Introduction lecture presenting the process and expectations on the MSc project will take place on Wednesday, 13 October 2021 at 15:15 in D315.
Please note that it will not appear in your schedule, since the course has not started yet.
Before the lecture, please watch the video recording and read updated slides.
This way, in the physical meeting we can focus on discussion and answering any questions you might have.
For the selection of thesis topics, you should provide a ranking of three preferred topics by Wednesday, 27 October 2021, 18:00 using GoogleForm.
A start report is due (approved by supervisors!) on 12th of December 18:00 using this form. This means that you should send a reasonably complete draft to your supervisors before the end of November, so that they have time to provide feedback, and you have time to incorporate this feedback into your final report...
Presentations will take place in week 50 (you are expected to attend & listen to all, or at least most, of them).
You should prepare 10 minutes presentation, focusing on problem formulation, novelty & contribution, literature review and project plan.

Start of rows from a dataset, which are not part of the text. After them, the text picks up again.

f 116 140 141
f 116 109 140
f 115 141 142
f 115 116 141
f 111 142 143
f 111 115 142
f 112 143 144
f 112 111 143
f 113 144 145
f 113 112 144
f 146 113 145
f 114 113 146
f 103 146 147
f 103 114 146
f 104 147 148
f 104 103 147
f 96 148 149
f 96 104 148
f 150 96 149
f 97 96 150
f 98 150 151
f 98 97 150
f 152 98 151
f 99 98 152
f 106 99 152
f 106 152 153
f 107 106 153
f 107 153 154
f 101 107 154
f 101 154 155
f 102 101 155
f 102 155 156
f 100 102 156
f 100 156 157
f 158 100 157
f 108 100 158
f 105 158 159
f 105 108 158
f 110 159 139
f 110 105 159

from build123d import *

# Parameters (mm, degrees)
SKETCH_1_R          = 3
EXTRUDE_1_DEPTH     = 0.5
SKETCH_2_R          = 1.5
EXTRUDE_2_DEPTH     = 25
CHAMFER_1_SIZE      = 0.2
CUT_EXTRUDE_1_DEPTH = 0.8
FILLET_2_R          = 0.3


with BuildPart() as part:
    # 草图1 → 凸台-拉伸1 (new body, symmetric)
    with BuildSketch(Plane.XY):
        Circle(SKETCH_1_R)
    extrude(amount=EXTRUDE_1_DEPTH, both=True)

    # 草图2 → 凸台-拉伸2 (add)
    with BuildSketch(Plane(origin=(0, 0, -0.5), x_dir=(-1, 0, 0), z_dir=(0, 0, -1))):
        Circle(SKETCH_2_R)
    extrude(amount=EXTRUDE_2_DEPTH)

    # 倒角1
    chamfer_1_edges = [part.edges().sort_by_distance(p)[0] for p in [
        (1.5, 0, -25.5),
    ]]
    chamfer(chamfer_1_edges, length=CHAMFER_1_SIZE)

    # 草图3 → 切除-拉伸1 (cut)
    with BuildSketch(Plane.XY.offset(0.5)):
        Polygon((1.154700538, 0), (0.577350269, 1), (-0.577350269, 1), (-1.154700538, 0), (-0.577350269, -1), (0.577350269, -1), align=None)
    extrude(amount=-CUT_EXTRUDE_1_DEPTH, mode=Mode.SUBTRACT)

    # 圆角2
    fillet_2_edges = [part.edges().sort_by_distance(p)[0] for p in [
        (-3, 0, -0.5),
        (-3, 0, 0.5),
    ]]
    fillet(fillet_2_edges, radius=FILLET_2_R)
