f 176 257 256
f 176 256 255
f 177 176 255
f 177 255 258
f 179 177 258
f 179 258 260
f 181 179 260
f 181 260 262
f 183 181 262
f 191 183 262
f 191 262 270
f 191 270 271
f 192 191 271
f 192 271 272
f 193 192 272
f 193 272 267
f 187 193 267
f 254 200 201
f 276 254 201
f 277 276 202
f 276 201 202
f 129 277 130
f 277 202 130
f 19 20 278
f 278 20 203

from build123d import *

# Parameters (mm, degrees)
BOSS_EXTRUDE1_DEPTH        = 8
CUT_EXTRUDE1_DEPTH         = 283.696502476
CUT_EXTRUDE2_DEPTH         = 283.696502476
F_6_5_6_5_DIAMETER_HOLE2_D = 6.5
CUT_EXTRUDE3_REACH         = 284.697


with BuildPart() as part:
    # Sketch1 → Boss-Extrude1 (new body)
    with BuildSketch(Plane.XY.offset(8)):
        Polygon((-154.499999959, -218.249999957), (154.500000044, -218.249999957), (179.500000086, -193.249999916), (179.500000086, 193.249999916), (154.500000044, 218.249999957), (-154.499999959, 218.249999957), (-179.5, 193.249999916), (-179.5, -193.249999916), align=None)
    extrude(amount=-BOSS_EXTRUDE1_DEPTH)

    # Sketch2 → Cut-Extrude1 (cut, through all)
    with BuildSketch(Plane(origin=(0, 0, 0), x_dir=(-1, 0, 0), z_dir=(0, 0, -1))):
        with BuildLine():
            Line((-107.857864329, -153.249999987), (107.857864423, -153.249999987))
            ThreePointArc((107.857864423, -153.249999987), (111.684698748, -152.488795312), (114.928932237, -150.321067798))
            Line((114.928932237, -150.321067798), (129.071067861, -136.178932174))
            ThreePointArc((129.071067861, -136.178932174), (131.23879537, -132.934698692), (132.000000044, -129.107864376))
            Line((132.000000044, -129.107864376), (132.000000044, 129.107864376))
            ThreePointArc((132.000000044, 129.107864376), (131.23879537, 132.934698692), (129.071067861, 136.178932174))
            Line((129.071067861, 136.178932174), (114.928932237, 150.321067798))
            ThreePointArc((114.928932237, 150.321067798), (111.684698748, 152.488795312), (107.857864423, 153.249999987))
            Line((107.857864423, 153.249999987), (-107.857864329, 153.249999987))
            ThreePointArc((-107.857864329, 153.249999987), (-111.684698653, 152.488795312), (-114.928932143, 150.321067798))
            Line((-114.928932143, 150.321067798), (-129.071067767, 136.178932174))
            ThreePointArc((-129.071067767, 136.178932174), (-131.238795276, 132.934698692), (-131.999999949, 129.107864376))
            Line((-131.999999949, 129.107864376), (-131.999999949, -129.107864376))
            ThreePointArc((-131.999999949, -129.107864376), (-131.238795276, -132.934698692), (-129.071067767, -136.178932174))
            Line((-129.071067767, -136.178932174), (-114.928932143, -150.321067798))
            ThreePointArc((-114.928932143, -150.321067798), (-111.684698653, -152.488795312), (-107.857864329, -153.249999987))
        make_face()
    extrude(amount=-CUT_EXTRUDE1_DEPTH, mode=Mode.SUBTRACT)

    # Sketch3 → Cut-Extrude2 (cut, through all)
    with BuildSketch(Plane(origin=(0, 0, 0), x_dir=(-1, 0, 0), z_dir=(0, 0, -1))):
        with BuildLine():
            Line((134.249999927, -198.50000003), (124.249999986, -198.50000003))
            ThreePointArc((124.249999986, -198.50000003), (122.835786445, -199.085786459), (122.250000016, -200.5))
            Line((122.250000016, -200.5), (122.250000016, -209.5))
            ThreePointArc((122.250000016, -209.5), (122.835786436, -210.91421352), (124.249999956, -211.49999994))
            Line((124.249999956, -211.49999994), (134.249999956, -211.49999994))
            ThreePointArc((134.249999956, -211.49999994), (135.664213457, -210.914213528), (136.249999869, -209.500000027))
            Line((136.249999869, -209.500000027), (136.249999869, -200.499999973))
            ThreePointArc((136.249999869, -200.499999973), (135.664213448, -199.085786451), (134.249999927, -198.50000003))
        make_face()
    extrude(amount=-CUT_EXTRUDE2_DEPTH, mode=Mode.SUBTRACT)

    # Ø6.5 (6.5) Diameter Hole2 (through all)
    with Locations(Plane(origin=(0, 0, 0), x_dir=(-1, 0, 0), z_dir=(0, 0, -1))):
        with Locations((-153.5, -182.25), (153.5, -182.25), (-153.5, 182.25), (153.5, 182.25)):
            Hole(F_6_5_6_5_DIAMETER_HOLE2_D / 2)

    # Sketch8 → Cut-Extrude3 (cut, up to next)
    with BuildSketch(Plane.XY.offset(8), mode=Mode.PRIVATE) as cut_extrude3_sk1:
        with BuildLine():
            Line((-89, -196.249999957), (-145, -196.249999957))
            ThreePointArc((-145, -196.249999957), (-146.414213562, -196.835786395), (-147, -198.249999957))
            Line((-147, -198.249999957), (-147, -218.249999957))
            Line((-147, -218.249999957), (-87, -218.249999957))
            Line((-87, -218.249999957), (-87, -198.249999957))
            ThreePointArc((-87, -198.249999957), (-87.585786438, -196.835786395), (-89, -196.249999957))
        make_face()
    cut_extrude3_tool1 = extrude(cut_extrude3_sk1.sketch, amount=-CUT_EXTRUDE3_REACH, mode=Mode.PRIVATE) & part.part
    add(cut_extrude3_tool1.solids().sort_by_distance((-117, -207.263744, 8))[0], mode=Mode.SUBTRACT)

For those students who started in January, the initial report is due (approved by supervisors!) on 30th of January at 16:00 using this form. This means that you should send a reasonably complete draft to your supervisors quite soon, so that they have time to provide feedback, and you have time to incorporate this feedback into your report...

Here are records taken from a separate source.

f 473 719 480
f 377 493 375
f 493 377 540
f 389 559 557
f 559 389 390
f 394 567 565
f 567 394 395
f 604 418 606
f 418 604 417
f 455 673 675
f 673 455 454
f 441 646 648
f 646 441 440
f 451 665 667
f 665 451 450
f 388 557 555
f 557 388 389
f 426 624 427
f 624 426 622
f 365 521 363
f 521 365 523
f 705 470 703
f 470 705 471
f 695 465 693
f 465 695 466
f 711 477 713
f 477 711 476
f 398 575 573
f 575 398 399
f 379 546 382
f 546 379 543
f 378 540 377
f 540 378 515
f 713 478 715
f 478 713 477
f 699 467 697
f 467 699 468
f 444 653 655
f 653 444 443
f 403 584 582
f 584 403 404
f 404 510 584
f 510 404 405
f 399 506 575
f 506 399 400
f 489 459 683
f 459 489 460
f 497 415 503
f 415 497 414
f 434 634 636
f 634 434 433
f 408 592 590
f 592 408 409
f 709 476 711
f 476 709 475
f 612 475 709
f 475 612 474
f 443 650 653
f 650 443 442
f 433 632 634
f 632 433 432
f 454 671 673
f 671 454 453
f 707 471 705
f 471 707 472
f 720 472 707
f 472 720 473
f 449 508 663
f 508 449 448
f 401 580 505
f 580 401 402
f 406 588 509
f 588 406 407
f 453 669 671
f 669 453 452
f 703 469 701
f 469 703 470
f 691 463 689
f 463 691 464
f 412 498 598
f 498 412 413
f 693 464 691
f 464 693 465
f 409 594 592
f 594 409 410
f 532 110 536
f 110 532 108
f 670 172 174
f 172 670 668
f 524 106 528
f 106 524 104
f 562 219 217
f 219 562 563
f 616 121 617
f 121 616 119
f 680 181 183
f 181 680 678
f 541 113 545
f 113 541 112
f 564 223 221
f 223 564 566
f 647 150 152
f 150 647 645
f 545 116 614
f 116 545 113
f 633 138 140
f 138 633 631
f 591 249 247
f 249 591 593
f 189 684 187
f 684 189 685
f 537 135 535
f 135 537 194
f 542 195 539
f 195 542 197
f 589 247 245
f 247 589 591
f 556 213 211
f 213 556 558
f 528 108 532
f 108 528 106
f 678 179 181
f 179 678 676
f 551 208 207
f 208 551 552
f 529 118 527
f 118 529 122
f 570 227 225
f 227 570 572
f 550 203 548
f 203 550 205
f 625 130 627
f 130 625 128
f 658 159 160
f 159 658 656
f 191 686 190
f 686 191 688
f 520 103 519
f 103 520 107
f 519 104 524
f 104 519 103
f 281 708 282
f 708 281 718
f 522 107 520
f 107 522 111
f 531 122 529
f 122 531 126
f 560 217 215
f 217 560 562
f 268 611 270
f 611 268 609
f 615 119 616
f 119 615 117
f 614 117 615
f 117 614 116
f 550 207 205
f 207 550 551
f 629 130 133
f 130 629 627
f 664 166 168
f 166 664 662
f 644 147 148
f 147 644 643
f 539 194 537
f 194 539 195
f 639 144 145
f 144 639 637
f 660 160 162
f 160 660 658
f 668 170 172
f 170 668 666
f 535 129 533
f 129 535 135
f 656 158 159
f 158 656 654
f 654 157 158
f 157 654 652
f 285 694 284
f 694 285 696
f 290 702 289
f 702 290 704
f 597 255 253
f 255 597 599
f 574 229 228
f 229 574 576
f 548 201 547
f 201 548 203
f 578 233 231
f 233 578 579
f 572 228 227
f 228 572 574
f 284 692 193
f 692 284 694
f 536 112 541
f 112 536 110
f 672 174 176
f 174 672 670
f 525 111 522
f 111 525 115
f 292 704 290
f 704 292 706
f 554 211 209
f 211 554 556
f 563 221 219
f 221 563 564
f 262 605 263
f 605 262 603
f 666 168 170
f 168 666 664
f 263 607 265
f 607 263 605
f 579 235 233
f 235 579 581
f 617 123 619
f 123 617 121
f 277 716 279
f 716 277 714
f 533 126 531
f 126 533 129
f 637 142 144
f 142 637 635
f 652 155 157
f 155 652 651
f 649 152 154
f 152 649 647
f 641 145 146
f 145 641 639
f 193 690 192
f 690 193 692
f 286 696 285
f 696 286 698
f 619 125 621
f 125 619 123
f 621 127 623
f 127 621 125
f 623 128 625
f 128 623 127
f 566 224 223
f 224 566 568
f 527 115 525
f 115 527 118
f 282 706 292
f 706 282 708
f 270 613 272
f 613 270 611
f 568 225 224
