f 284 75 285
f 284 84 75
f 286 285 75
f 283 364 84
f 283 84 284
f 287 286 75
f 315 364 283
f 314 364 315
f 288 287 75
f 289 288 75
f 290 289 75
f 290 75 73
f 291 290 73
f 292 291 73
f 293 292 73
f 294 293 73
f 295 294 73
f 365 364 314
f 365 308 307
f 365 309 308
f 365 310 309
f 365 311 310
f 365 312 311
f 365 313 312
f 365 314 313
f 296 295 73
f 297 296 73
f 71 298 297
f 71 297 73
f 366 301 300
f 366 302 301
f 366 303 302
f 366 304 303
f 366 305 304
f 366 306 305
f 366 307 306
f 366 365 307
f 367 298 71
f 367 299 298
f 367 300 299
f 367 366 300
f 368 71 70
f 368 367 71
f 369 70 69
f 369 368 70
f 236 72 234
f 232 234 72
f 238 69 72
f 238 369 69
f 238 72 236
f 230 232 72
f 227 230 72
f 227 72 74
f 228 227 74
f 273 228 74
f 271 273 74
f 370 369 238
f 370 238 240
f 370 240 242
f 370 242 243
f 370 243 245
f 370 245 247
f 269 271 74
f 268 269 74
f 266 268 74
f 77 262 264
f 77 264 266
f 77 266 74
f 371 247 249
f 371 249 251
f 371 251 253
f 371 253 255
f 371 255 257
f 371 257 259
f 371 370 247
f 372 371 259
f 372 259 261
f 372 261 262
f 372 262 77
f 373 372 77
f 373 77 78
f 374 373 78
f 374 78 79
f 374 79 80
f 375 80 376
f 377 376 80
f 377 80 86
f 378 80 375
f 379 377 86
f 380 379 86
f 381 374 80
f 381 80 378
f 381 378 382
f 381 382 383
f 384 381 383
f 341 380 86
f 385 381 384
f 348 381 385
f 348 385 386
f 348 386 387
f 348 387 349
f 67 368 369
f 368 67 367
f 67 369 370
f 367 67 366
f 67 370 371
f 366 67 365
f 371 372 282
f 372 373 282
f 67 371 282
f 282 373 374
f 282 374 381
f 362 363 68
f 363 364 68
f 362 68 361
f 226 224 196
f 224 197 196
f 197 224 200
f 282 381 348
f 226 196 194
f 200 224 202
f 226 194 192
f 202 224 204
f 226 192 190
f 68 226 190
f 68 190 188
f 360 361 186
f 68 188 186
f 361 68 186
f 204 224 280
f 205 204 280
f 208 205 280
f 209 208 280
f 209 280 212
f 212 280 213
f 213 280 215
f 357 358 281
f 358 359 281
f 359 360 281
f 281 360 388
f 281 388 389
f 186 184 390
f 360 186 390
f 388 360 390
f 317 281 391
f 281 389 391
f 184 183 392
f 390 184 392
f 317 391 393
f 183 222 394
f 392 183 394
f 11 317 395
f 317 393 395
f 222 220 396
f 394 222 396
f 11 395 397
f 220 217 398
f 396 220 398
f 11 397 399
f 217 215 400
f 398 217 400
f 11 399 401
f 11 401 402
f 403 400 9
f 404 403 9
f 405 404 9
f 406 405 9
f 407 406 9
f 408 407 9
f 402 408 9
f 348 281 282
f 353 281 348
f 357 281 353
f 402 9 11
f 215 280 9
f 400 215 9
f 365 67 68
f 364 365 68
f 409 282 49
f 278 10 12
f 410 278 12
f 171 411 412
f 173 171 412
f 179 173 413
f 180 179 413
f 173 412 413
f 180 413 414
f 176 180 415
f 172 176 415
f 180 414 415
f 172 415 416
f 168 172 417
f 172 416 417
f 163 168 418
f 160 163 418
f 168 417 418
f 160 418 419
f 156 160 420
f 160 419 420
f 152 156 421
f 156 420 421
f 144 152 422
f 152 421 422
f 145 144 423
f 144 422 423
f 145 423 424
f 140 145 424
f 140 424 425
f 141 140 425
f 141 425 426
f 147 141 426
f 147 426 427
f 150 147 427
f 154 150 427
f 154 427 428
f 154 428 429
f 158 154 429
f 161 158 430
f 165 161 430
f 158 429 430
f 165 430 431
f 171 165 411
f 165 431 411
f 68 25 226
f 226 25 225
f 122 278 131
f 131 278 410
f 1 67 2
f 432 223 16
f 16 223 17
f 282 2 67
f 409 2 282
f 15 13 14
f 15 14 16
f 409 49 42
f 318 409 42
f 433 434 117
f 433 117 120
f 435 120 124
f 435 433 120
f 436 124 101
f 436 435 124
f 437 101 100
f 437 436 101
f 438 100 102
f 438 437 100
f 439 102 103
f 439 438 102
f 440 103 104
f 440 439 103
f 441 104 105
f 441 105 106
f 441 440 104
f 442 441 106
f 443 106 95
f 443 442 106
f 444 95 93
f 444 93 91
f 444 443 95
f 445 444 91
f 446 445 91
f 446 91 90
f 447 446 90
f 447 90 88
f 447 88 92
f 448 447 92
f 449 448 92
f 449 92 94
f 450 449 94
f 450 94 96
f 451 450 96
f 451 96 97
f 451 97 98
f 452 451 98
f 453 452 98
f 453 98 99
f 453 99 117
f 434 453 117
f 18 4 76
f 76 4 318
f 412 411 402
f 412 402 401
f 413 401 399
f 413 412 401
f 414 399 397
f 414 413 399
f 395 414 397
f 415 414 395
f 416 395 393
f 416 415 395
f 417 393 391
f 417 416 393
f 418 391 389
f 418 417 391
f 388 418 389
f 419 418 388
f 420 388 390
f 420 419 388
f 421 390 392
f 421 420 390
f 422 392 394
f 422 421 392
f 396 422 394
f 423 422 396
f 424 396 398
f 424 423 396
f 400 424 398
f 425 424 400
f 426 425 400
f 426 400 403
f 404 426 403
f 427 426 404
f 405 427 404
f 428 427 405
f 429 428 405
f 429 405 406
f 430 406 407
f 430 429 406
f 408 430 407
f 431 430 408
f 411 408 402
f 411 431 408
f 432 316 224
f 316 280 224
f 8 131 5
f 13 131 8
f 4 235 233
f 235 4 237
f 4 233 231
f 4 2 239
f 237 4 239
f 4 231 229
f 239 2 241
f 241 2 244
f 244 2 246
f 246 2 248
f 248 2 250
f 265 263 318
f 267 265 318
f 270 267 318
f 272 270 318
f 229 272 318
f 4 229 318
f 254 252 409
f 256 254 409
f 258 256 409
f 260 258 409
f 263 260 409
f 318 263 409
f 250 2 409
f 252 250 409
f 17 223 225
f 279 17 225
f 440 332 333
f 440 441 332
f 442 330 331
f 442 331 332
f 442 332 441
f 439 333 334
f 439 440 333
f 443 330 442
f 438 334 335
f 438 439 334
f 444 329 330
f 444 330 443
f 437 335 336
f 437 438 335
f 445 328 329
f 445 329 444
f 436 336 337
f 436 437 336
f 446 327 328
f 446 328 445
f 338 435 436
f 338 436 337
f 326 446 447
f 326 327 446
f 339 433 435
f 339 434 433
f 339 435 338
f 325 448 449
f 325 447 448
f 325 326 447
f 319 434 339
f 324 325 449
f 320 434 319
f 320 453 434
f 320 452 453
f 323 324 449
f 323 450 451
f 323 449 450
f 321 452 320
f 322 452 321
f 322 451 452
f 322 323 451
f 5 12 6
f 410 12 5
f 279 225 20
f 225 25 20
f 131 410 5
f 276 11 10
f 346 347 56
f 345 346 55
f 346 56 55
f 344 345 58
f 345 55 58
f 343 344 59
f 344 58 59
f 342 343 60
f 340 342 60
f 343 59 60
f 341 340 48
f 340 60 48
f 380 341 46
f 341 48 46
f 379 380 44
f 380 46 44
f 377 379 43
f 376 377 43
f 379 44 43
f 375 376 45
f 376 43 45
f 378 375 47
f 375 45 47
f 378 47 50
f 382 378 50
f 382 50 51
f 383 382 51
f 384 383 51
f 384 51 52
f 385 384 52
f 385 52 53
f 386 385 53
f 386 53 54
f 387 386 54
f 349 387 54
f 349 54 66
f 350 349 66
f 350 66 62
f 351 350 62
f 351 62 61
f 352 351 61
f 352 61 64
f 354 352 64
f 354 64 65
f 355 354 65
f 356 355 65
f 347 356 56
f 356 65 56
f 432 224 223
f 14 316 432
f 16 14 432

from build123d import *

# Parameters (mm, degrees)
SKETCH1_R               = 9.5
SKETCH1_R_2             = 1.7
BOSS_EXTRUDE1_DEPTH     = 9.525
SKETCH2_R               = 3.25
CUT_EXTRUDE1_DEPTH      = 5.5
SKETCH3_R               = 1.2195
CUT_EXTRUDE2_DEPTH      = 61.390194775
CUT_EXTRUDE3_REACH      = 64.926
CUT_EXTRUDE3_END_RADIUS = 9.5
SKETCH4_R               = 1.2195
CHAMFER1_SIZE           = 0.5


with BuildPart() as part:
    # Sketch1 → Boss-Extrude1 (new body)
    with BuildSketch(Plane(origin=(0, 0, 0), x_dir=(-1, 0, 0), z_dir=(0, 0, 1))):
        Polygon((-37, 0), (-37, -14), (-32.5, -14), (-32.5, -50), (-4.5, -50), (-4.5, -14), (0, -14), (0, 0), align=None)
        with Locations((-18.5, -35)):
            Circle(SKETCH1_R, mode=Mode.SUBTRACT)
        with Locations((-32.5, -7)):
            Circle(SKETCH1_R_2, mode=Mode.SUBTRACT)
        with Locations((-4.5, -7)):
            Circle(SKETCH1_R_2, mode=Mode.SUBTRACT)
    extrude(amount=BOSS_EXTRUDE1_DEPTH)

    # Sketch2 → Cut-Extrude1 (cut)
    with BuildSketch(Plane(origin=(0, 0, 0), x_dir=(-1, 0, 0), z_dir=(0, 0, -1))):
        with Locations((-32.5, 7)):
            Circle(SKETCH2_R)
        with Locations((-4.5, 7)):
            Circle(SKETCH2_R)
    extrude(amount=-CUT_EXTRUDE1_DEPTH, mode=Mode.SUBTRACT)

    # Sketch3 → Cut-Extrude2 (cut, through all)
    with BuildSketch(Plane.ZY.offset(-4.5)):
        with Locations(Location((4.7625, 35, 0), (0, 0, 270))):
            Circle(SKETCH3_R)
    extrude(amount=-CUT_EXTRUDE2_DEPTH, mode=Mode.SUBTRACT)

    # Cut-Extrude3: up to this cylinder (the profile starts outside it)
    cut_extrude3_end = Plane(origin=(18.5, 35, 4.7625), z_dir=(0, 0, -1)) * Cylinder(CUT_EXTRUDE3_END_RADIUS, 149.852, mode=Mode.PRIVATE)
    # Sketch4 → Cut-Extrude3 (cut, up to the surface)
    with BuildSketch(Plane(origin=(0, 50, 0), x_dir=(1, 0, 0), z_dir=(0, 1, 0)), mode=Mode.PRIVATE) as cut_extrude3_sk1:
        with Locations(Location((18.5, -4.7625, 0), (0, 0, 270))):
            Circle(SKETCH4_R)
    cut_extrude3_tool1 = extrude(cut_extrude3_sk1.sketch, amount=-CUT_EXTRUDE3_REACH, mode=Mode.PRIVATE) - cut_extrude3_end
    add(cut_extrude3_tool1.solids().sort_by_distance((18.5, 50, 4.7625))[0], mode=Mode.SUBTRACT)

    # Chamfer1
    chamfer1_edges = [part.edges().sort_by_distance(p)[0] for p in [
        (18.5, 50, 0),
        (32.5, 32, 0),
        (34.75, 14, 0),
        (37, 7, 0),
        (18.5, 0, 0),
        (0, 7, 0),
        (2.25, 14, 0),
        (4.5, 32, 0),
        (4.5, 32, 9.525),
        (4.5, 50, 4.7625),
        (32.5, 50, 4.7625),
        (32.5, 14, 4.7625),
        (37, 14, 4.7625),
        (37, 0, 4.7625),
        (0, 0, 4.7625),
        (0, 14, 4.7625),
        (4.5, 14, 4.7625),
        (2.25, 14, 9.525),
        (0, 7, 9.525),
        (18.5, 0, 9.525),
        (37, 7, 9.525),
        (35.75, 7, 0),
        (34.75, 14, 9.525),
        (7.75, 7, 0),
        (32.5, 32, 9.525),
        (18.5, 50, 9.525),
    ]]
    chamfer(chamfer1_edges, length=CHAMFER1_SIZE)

Presentations will take place in week 5, probably on Friday, 4 February 2022.
You should prepare 10 minutes presentation, focusing on problem formulation, novelty & contribution, literature review and project plan.
Dear students, you should have received an email with a link to Google Spreadsheet with thesis topics assignment. It was sent to all those who submitted thesis topic selections using GoogleForm. If you have not received it, please let me (Slawomir) know ASAP.
Half-time reports are due tomorrow. However, I have been hearing that many of you have problems making the deadline. Thus, we've decided to offer an (additional) second opportunity -- in two weeks. If you can have a good quality report ready tomorrow you should still submit it, since timeliness is an important part of MSc project.
If you cannot, on the other hand, your next deadline for sending the reports to the examiners is Friday, 01 April 2022, at lunchtime (using this form).
Presentations, in that case, will be sometime in week 14.
Half-time presentations will be in week 12, probably between Wednesday, 23 March and Friday, 25 March 2022 (depending on number of projects that are ready in time).
This means the deadline for sending the reports to the examiners is the Friday, 18 March 2022, lunchtime (using this form).
The final seminar will be at the end of May (reports due in the middle of May).
The schedule for half-time presentations has now been updated with (preliminary) presentation times for those who submitted their reports on the second deadline: https://docs.google.com/spreadsheets/d/1FK-OjzhQdIbfMkeyvGLneJzSV6znejgG9fG19Wv1VXU/edit#gid=223334201
Half-time presentations should be 20 minutes long (plus ~10 minutes for questions), and must cover the goals/objectives, expected contribution/novelty, results achieved so far, and a refined plan on how to proceed.